● What you will do
If a line in the listing below has the string "Type", copy it out.

● Recorded data
####

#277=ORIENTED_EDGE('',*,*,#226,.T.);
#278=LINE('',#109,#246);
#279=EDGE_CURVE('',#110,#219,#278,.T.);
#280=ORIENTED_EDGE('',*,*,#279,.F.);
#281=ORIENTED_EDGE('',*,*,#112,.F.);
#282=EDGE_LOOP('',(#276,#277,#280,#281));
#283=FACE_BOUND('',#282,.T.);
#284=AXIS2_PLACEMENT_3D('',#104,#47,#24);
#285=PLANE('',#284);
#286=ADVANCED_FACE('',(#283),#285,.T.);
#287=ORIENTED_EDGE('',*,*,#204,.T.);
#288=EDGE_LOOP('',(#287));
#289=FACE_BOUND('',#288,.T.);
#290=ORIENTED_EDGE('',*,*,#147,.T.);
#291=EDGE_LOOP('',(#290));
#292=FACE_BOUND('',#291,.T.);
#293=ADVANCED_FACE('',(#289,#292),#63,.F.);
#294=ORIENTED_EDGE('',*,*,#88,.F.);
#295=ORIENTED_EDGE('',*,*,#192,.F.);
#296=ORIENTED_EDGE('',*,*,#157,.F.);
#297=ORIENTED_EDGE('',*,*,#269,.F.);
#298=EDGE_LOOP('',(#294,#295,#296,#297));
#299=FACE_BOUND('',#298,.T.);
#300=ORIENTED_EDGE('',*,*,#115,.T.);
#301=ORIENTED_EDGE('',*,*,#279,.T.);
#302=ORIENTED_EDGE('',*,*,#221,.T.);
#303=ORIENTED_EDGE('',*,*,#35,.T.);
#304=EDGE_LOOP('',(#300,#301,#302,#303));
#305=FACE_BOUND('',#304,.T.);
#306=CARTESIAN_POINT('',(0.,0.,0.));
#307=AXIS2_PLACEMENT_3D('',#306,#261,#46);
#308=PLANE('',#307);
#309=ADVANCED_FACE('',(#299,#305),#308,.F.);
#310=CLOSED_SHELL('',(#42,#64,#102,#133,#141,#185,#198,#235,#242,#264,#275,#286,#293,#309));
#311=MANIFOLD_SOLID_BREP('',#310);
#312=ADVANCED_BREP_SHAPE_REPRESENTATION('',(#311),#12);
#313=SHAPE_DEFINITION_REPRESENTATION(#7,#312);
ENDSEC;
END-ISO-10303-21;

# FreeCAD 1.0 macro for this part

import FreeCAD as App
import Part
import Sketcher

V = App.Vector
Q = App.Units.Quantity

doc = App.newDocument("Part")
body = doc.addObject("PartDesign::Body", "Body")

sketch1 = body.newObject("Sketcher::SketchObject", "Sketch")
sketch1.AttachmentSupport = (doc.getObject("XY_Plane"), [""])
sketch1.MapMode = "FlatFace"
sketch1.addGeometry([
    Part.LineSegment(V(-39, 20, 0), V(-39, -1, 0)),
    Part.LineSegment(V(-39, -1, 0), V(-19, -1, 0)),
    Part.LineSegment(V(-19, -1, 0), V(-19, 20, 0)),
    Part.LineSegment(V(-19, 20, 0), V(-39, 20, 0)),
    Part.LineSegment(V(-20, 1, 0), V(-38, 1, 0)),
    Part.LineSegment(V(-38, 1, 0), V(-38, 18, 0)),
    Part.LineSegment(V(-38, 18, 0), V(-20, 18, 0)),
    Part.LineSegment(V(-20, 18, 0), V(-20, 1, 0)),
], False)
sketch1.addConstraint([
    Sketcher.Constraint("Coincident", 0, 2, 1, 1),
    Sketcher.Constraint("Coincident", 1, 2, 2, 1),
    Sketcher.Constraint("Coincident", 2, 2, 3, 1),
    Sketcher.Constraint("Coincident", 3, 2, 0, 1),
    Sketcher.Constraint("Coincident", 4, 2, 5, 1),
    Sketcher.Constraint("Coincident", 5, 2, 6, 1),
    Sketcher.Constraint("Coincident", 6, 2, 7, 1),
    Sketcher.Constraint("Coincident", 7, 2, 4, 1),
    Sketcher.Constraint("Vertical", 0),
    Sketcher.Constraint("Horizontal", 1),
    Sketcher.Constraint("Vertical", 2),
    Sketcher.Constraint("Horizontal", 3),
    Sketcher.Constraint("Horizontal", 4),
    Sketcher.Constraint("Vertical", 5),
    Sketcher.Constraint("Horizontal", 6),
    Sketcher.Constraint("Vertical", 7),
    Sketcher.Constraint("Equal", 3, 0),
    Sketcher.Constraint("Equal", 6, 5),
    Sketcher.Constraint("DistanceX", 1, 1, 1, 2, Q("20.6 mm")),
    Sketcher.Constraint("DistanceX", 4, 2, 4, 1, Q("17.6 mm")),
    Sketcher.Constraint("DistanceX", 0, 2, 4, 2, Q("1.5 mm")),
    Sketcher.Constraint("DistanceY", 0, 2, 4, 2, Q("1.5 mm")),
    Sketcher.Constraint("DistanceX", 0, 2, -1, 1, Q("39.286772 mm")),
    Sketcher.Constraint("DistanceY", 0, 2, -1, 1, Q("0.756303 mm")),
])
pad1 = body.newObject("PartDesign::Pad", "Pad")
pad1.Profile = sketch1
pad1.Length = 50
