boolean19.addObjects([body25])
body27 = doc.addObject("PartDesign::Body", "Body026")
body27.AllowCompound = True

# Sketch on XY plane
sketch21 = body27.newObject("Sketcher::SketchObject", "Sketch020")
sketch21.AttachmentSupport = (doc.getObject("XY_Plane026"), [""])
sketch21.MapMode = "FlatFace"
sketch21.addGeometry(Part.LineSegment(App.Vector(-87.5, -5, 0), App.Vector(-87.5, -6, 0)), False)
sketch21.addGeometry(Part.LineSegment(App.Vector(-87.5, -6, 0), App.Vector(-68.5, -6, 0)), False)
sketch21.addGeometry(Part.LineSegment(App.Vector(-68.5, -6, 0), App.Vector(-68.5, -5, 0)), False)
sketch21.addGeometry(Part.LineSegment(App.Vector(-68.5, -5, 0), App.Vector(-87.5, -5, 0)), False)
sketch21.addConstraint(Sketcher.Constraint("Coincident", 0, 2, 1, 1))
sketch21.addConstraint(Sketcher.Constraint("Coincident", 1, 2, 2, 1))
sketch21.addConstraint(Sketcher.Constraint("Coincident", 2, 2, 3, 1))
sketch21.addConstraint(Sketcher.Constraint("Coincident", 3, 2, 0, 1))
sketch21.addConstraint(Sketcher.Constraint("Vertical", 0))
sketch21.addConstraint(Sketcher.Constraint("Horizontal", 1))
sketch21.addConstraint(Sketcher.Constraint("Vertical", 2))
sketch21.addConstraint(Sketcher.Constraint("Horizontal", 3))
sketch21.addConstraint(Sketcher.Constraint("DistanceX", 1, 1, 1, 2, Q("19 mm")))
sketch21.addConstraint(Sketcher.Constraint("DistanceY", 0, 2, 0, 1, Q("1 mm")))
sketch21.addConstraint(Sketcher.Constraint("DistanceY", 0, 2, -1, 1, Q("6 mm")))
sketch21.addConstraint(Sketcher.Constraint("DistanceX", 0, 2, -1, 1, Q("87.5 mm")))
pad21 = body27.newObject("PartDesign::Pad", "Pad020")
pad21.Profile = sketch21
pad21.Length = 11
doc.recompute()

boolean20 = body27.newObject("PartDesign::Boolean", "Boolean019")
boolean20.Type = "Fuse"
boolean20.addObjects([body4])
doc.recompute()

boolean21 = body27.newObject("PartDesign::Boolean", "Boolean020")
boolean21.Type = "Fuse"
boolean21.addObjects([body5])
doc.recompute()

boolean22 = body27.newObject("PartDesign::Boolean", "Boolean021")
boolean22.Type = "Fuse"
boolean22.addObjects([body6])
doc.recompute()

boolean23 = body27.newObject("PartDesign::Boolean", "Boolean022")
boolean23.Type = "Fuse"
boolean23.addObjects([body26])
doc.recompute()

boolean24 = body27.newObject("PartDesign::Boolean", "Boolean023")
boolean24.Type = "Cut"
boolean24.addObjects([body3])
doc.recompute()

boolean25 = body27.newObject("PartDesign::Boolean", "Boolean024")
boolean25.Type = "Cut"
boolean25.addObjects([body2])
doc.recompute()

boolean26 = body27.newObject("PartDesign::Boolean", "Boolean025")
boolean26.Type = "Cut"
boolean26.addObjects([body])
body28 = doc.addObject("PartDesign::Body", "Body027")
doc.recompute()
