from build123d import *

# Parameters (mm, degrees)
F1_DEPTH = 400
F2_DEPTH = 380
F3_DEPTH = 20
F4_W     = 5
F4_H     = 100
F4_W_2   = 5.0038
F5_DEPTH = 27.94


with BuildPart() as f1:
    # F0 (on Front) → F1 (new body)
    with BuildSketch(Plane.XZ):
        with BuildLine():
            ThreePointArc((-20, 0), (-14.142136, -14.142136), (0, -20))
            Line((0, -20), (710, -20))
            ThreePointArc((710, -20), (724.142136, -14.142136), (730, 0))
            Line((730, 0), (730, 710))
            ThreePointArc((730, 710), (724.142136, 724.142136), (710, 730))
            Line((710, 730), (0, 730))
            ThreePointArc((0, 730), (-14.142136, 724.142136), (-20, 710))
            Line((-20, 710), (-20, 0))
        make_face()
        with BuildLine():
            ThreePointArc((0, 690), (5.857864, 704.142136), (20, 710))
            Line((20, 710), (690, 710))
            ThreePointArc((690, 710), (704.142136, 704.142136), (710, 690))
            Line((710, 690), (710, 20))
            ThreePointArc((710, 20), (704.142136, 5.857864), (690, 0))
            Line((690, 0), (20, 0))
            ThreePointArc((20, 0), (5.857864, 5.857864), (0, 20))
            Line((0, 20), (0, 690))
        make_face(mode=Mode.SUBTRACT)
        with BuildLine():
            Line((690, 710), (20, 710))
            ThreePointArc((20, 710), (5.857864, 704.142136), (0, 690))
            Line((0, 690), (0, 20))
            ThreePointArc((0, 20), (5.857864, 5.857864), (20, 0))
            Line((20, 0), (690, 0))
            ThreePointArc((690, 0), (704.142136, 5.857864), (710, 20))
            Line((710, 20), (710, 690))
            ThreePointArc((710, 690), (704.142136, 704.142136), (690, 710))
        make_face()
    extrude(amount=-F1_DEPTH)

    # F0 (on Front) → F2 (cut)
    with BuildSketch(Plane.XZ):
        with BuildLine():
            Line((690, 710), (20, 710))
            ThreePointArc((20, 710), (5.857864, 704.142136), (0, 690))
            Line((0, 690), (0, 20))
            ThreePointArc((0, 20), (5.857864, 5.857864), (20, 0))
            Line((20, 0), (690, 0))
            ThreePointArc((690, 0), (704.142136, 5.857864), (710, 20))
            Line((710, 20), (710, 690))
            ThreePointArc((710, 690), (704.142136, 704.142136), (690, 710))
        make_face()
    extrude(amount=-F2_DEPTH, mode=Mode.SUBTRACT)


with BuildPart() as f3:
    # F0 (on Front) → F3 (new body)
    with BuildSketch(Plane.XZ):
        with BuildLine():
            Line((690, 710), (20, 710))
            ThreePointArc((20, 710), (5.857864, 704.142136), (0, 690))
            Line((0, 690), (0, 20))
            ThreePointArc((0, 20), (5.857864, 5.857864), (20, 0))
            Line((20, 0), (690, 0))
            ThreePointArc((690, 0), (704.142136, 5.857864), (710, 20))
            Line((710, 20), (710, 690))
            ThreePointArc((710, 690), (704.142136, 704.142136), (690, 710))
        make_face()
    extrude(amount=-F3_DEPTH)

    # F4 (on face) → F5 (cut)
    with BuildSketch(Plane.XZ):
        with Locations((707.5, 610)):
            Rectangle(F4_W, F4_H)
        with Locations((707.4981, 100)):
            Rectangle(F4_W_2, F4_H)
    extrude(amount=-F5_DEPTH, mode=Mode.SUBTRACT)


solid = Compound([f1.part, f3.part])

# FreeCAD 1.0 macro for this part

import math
import FreeCAD as App
import Part
import Sketcher


def add_polygon(sketch, points):
    """Adds a closed chain of lines whose ends are joined by coincident constraints."""
    first, n = sketch.GeometryCount, len(points)
    for a, b in zip(points, points[1:] + points[:1]):
        sketch.addGeometry(Part.LineSegment(App.Vector(*a, 0), App.Vector(*b, 0)), False)
    for i in range(n):
        sketch.addConstraint(Sketcher.Constraint("Coincident", first + i, 2, first + (i + 1) % n, 1))

doc = App.newDocument("Part")
body = doc.addObject("PartDesign::Body", "Body")

# Sketch on XZ plane
sketch1 = body.newObject("Sketcher::SketchObject", "Sketch")
sketch1.AttachmentSupport = (doc.getObject("XZ_Plane"), [""])
sketch1.MapMode = "FlatFace"
sketch1.addGeometry([
    Part.ArcOfCircle(Part.Circle(App.Vector(-0.000001, -0.000001, 0), App.Vector(0, 0, 1), 19.999999), math.radians(179.999996), math.radians(270.000004)),  # 0
    Part.LineSegment(App.Vector(0, -20, 0), App.Vector(710, -20, 0)),  # 1
    Part.ArcOfCircle(Part.Circle(App.Vector(710.000001, -0.000001, 0), App.Vector(0, 0, 1), 19.999999), math.radians(-90.000004), math.radians(0.000004)),  # 2
    Part.LineSegment(App.Vector(730, 0, 0), App.Vector(730, 710, 0)),  # 3
    Part.ArcOfCircle(Part.Circle(App.Vector(710.000001, 710.000001, 0), App.Vector(0, 0, 1), 19.999999), math.radians(-0.000004), math.radians(90.000004)),  # 4
    Part.LineSegment(App.Vector(710, 730, 0), App.Vector(0, 730, 0)),  # 5
    Part.ArcOfCircle(Part.Circle(App.Vector(-0.000001, 710.000001, 0), App.Vector(0, 0, 1), 19.999999), math.radians(89.999996), math.radians(180.000004)),  # 6
    Part.LineSegment(App.Vector(-20, 710, 0), App.Vector(-20, 0, 0)),  # 7
], False)
sketch1.addConstraint([
    Sketcher.Constraint("Tangent", 0, 2, 1, 1),
    Sketcher.Constraint("Tangent", 1, 2, 2, 1),
    Sketcher.Constraint("Tangent", 2, 2, 3, 1),
    Sketcher.Constraint("Tangent", 3, 2, 4, 1),
    Sketcher.Constraint("Tangent", 4, 2, 5, 1),
    Sketcher.Constraint("Tangent", 5, 2, 6, 1),
    Sketcher.Constraint("Tangent", 6, 2, 7, 1),
    Sketcher.Constraint("Tangent", 7, 2, 0, 1),
    Sketcher.Constraint("Horizontal", 1),
    Sketcher.Constraint("Vertical", 3),
    Sketcher.Constraint("Horizontal", 5),
    Sketcher.Constraint("Vertical", 7),
    Sketcher.Constraint("Coincident", 0, 3, -1, 1),
    Sketcher.Constraint("Equal", 0, 2),
    Sketcher.Constraint("Equal", 2, 4),
    Sketcher.Constraint("Equal", 4, 6),
    Sketcher.Constraint("Equal", 5, 3),
    Sketcher.Constraint("Radius", 0, 19.999999),
    Sketcher.Constraint("DistanceX", 1, 1, 1, 2, 710.0),
])
pad1 = body.newObject("PartDesign::Pad", "Pad")
pad1.Profile = sketch1
pad1.Length = 400
pad1.Reversed = True

# Sketch on XZ plane
sketch2 = body.newObject("Sketcher::SketchObject", "Sketch001")
sketch2.AttachmentSupport = (doc.getObject("XZ_Plane"), [""])
sketch2.MapMode = "FlatFace"
sketch2.addGeometry([
    Part.LineSegment(App.Vector(690, 710, 0), App.Vector(20, 710, 0)),  # 0
    Part.ArcOfCircle(Part.Circle(App.Vector(19.999999, 690.000001, 0), App.Vector(0, 0, 1), 19.999999), math.radians(89.999996), math.radians(180.000004)),  # 1
    Part.LineSegment(App.Vector(0, 690, 0), App.Vector(0, 20, 0)),  # 2
    Part.ArcOfCircle(Part.Circle(App.Vector(19.999999, 19.999999, 0), App.Vector(0, 0, 1), 19.999999), math.radians(179.999996), math.radians(270.000004)),  # 3
    Part.LineSegment(App.Vector(20, 0, 0), App.Vector(690, 0, 0)),  # 4
    Part.ArcOfCircle(Part.Circle(App.Vector(690.000001, 19.999999, 0), App.Vector(0, 0, 1), 19.999999), math.radians(-90.000004), math.radians(0.000004)),  # 5
    Part.LineSegment(App.Vector(710, 20, 0), App.Vector(710, 690, 0)),  # 6
    Part.ArcOfCircle(Part.Circle(App.Vector(690.000001, 690.000001, 0), App.Vector(0, 0, 1), 19.999999), math.radians(-0.000004), math.radians(90.000004)),  # 7
], False)
sketch2.addConstraint([
    Sketcher.Constraint("Tangent", 0, 2, 1, 1),
    Sketcher.Constraint("Tangent", 1, 2, 2, 1),
    Sketcher.Constraint("Tangent", 2, 2, 3, 1),
    Sketcher.Constraint("Tangent", 3, 2, 4, 1),
    Sketcher.Constraint("Tangent", 4, 2, 5, 1),
    Sketcher.Constraint("Tangent", 5, 2, 6, 1),
    Sketcher.Constraint("Tangent", 6, 2, 7, 1),
    Sketcher.Constraint("Tangent", 7, 2, 0, 1),
    Sketcher.Constraint("Horizontal", 0),
    Sketcher.Constraint("Vertical", 2),
    Sketcher.Constraint("Horizontal", 4),
    Sketcher.Constraint("Vertical", 6),
    Sketcher.Constraint("Equal", 1, 3),
    Sketcher.Constraint("Equal", 3, 5),
    Sketcher.Constraint("Equal", 5, 7),
    Sketcher.Constraint("PointOnObject", 1, 2, -2),
    Sketcher.Constraint("PointOnObject", 3, 2, -1),
    Sketcher.Constraint("Equal", 4, 2),
    Sketcher.Constraint("Radius", 1, 19.999999),
    Sketcher.Constraint("DistanceX", 0, 2, 0, 1, 670.0),
])
pocket1 = body.newObject("PartDesign::Pocket", "Pocket")
pocket1.Profile = sketch2
pocket1.Length = 380
body2 = doc.addObject("PartDesign::Body", "Body001")

# Sketch on XZ plane
sketch3 = body2.newObject("Sketcher::SketchObject", "Sketch002")
sketch3.AttachmentSupport = (doc.getObject("XZ_Plane001"), [""])
sketch3.MapMode = "FlatFace"
sketch3.addGeometry([
    Part.LineSegment(App.Vector(690, 710, 0), App.Vector(20, 710, 0)),  # 0
    Part.ArcOfCircle(Part.Circle(App.Vector(19.999999, 690.000001, 0), App.Vector(0, 0, 1), 19.999999), math.radians(89.999996), math.radians(180.000004)),  # 1
    Part.LineSegment(App.Vector(0, 690, 0), App.Vector(0, 20, 0)),  # 2
    Part.ArcOfCircle(Part.Circle(App.Vector(19.999999, 19.999999, 0), App.Vector(0, 0, 1), 19.999999), math.radians(179.999996), math.radians(270.000004)),  # 3
    Part.LineSegment(App.Vector(20, 0, 0), App.Vector(690, 0, 0)),  # 4
    Part.ArcOfCircle(Part.Circle(App.Vector(690.000001, 19.999999, 0), App.Vector(0, 0, 1), 19.999999), math.radians(-90.000004), math.radians(0.000004)),  # 5
    Part.LineSegment(App.Vector(710, 20, 0), App.Vector(710, 690, 0)),  # 6
    Part.ArcOfCircle(Part.Circle(App.Vector(690.000001, 690.000001, 0), App.Vector(0, 0, 1), 19.999999), math.radians(-0.000004), math.radians(90.000004)),  # 7
], False)
sketch3.addConstraint([
    Sketcher.Constraint("Tangent", 0, 2, 1, 1),
    Sketcher.Constraint("Tangent", 1, 2, 2, 1),
    Sketcher.Constraint("Tangent", 2, 2, 3, 1),
    Sketcher.Constraint("Tangent", 3, 2, 4, 1),
    Sketcher.Constraint("Tangent", 4, 2, 5, 1),
    Sketcher.Constraint("Tangent", 5, 2, 6, 1),
    Sketcher.Constraint("Tangent", 6, 2, 7, 1),
    Sketcher.Constraint("Tangent", 7, 2, 0, 1),
    Sketcher.Constraint("Horizontal", 0),
    Sketcher.Constraint("Vertical", 2),
    Sketcher.Constraint("Horizontal", 4),
    Sketcher.Constraint("Vertical", 6),
    Sketcher.Constraint("Equal", 1, 3),
    Sketcher.Constraint("Equal", 3, 5),
    Sketcher.Constraint("Equal", 5, 7),
    Sketcher.Constraint("PointOnObject", 1, 2, -2),
    Sketcher.Constraint("PointOnObject", 3, 2, -1),
    Sketcher.Constraint("Equal", 4, 2),
    Sketcher.Constraint("Radius", 1, 19.999999),
    Sketcher.Constraint("DistanceX", 0, 2, 0, 1, 670.0),
])
pad2 = body2.newObject("PartDesign::Pad", "Pad001")
pad2.Profile = sketch3
pad2.Length = 20
pad2.Reversed = True

# Sketch on XZ plane
sketch4 = body2.newObject("Sketcher::SketchObject", "Sketch003")
sketch4.AttachmentSupport = (doc.getObject("XZ_Plane001"), [""])
sketch4.MapMode = "FlatFace"
add_polygon(sketch4, [(705, 660), (705, 560), (710, 560), (710, 660)])  # lines 0-3
add_polygon(sketch4, [(704.9962, 150), (704.9962, 50), (710, 50), (710, 150)])  # lines 4-7
sketch4.addConstraint([
    Sketcher.Constraint("Vertical", 0),
    Sketcher.Constraint("Horizontal", 1),
    Sketcher.Constraint("Vertical", 2),
    Sketcher.Constraint("Horizontal", 3),
    Sketcher.Constraint("Vertical", 4),
    Sketcher.Constraint("Horizontal", 5),
    Sketcher.Constraint("Vertical", 6),
    Sketcher.Constraint("Horizontal", 7),
    Sketcher.Constraint("Vertical", 2, 2, 5, 2),
    Sketcher.Constraint("Equal", 2, 4),
    Sketcher.Constraint("DistanceX", 1, 1, 1, 2, 5.0),
    Sketcher.Constraint("DistanceY", 0, 2, 0, 1, 100.0),
    Sketcher.Constraint("DistanceX", -1, 1, 0, 2, 705.0),
    Sketcher.Constraint("DistanceY", -1, 1, 0, 2, 560.0),
    Sketcher.Constraint("DistanceY", -1, 1, 4, 2, 50.0),
    Sketcher.Constraint("DistanceX", 5, 1, 5, 2, 5.0038),
])
pocket2 = body2.newObject("PartDesign::Pocket", "Pocket001")
pocket2.Profile = sketch4
pocket2.Length = 27.94

doc.recompute()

####

● Answer for the task
boolean20.Type = "Fuse"
boolean21.Type = "Fuse"
boolean22.Type = "Fuse"
boolean23.Type = "Fuse"
boolean24.Type = "Cut"
boolean25.Type = "Cut"
boolean26.Type = "Cut"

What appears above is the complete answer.